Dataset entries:
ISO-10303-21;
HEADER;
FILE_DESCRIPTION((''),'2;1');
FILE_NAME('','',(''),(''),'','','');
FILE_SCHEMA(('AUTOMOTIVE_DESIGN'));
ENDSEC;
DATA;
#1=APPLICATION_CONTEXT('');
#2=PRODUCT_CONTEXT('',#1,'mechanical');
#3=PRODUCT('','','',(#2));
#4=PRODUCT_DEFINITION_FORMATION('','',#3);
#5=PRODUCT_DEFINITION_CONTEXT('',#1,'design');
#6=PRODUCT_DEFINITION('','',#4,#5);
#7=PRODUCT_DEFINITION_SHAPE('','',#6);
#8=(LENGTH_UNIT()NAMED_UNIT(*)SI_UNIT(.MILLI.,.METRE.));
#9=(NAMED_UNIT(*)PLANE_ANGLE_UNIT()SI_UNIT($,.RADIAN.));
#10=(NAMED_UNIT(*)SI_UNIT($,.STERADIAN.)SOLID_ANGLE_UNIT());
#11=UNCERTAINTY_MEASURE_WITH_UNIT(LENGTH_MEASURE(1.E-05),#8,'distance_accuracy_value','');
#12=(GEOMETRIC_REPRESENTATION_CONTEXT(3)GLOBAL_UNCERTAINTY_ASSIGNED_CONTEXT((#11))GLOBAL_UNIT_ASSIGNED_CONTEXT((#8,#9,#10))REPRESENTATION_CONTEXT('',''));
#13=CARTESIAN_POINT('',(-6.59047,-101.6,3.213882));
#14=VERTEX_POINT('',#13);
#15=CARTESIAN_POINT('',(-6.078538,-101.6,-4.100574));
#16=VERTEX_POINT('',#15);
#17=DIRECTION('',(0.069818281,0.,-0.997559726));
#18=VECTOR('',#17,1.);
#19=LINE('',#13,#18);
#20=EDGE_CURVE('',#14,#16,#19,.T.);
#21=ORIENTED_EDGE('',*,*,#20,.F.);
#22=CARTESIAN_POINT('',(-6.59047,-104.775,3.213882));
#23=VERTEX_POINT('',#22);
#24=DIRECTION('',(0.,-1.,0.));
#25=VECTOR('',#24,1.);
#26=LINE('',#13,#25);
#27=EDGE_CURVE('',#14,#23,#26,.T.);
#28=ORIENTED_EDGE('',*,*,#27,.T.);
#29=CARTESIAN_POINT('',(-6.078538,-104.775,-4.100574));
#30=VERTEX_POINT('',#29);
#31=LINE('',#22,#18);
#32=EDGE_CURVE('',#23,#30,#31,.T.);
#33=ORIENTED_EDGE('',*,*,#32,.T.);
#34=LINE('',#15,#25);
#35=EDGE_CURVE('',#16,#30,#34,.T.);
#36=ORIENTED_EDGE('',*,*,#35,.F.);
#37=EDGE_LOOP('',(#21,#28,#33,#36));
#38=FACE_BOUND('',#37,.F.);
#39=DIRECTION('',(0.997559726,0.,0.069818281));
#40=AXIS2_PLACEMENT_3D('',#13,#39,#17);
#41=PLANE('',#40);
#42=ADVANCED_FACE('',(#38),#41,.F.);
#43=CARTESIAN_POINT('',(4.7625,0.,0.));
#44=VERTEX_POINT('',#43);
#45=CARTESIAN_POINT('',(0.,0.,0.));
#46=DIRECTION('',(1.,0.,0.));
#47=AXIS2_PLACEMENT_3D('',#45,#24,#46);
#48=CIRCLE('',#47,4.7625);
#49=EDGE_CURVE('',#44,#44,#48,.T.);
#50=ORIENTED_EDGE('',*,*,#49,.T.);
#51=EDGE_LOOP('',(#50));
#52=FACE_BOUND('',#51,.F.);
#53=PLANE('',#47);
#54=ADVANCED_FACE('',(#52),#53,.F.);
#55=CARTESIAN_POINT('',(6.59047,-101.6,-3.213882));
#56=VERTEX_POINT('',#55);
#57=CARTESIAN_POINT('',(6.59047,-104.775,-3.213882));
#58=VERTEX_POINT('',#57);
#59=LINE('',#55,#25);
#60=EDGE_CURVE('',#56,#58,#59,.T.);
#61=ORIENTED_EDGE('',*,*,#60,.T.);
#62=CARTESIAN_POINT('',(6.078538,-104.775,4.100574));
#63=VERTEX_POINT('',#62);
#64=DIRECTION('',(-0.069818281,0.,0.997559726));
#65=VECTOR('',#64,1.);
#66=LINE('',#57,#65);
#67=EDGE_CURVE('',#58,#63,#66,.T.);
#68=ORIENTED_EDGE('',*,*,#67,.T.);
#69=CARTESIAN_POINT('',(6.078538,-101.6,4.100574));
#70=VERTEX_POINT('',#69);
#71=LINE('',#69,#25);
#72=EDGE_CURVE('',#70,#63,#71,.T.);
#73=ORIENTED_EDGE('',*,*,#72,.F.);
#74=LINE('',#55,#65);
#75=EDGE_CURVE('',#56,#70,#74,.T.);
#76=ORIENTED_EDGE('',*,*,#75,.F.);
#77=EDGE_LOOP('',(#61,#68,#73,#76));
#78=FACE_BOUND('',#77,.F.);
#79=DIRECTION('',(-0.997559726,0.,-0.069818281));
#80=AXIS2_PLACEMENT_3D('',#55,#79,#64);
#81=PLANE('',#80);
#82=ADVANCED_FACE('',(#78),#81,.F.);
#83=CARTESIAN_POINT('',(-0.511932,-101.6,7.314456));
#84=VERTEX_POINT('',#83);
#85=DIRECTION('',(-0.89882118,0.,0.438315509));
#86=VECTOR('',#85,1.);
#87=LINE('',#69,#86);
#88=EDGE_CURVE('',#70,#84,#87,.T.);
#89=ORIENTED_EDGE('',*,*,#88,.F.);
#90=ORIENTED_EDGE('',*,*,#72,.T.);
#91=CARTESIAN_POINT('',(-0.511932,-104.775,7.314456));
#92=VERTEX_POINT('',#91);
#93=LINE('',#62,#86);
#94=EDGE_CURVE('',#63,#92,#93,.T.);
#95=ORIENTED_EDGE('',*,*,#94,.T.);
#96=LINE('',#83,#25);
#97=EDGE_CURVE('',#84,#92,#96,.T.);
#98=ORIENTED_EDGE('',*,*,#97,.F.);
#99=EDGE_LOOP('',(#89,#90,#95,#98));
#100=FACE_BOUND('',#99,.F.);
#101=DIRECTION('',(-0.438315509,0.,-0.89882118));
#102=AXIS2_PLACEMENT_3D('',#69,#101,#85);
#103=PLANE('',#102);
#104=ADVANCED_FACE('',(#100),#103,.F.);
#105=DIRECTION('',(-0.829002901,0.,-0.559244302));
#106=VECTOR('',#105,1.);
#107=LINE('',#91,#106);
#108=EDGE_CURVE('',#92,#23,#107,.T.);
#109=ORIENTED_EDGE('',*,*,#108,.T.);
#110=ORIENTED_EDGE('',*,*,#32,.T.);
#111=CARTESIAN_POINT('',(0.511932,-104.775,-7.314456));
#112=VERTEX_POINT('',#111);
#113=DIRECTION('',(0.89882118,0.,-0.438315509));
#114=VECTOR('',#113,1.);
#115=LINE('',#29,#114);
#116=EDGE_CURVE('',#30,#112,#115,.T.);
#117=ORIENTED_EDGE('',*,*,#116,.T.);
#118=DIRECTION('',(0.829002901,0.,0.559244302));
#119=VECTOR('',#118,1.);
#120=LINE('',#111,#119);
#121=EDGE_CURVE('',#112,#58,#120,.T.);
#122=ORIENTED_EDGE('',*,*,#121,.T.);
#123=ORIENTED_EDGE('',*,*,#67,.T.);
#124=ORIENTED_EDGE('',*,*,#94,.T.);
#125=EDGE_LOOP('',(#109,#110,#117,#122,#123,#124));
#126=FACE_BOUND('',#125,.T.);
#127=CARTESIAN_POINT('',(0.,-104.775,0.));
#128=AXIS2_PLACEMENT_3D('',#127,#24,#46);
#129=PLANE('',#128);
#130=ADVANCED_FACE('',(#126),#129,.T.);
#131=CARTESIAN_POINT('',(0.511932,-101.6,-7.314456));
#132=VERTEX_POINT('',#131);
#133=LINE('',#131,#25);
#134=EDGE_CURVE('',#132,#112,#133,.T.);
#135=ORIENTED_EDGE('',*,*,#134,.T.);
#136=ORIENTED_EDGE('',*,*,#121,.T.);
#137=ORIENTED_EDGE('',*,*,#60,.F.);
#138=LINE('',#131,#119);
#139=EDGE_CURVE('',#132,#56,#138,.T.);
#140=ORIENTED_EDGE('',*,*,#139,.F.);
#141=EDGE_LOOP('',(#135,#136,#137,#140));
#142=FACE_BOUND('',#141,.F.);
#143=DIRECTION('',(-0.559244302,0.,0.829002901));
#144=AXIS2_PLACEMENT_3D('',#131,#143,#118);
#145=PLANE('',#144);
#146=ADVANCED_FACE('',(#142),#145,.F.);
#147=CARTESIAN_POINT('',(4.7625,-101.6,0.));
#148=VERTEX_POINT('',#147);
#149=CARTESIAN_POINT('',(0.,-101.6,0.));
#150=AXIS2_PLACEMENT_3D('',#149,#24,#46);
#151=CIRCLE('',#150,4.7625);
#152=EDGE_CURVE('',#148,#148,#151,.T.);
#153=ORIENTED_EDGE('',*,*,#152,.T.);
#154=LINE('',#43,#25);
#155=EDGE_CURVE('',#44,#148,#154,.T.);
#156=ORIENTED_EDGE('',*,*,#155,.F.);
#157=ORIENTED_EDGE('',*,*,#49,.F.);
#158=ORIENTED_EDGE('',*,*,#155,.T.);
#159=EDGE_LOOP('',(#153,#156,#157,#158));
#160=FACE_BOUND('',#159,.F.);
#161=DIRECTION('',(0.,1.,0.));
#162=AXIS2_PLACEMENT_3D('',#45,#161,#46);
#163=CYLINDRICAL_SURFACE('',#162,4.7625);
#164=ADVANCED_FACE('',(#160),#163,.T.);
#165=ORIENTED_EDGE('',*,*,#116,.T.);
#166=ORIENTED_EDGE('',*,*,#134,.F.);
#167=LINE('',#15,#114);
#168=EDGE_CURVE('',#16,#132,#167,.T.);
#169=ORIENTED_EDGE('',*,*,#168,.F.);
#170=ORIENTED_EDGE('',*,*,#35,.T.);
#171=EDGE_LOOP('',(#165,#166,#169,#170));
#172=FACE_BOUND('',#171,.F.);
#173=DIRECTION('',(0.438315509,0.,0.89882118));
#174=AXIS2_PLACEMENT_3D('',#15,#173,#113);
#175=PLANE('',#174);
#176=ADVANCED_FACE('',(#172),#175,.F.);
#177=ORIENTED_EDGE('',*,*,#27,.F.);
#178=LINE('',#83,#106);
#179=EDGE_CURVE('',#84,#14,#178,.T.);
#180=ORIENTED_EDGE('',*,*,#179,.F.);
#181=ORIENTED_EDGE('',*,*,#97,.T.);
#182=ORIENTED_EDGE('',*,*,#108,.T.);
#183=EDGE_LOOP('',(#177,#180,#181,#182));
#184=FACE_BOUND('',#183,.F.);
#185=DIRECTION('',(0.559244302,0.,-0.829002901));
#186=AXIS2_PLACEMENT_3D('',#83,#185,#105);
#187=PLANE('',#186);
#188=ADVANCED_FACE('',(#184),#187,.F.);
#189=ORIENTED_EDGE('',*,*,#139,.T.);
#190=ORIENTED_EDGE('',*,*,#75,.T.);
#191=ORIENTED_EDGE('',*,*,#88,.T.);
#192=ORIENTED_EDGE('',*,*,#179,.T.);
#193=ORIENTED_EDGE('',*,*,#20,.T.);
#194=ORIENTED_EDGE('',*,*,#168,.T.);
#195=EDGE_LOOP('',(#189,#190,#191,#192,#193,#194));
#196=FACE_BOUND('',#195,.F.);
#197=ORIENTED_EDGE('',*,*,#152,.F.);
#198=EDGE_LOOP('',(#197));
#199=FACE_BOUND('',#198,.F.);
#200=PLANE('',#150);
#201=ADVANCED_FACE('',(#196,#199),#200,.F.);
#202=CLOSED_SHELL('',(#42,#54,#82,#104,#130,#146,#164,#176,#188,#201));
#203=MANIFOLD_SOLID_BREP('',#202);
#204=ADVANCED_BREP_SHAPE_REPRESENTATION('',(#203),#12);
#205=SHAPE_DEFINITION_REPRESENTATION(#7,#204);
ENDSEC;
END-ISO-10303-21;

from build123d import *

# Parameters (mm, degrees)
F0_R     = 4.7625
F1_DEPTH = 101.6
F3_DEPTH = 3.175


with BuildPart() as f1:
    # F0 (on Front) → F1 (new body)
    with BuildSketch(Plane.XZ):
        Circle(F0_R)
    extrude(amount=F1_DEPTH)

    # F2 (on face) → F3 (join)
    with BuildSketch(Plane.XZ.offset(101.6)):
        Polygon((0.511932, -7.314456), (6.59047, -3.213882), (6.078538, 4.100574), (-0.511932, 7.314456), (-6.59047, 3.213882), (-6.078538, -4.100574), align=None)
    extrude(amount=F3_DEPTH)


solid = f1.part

- _THE TASK_
When the line with "#71=LINE('',#69,#25);" is reached in the data above, begin copying, and stop after the line with "#99=EDGE_LOOP('',(#89,#90,#95,#98));"; copy each line exactly, both ends included.

- _OUTPUT BELOW_
#71=LINE('',#69,#25);
#72=EDGE_CURVE('',#70,#63,#71,.T.);
#73=ORIENTED_EDGE('',*,*,#72,.F.);
#74=LINE('',#55,#65);
#75=EDGE_CURVE('',#56,#70,#74,.T.);
#76=ORIENTED_EDGE('',*,*,#75,.F.);
#77=EDGE_LOOP('',(#61,#68,#73,#76));
#78=FACE_BOUND('',#77,.F.);
#79=DIRECTION('',(-0.997559726,0.,-0.069818281));
#80=AXIS2_PLACEMENT_3D('',#55,#79,#64);
#81=PLANE('',#80);
#82=ADVANCED_FACE('',(#78),#81,.F.);
#83=CARTESIAN_POINT('',(-0.511932,-101.6,7.314456));
#84=VERTEX_POINT('',#83);
#85=DIRECTION('',(-0.89882118,0.,0.438315509));
#86=VECTOR('',#85,1.);
#87=LINE('',#69,#86);
#88=EDGE_CURVE('',#70,#84,#87,.T.);
#89=ORIENTED_EDGE('',*,*,#88,.F.);
#90=ORIENTED_EDGE('',*,*,#72,.T.);
#91=CARTESIAN_POINT('',(-0.511932,-104.775,7.314456));
#92=VERTEX_POINT('',#91);
#93=LINE('',#62,#86);
#94=EDGE_CURVE('',#63,#92,#93,.T.);
#95=ORIENTED_EDGE('',*,*,#94,.T.);
#96=LINE('',#83,#25);
#97=EDGE_CURVE('',#84,#92,#96,.T.);
#98=ORIENTED_EDGE('',*,*,#97,.F.);
#99=EDGE_LOOP('',(#89,#90,#95,#98));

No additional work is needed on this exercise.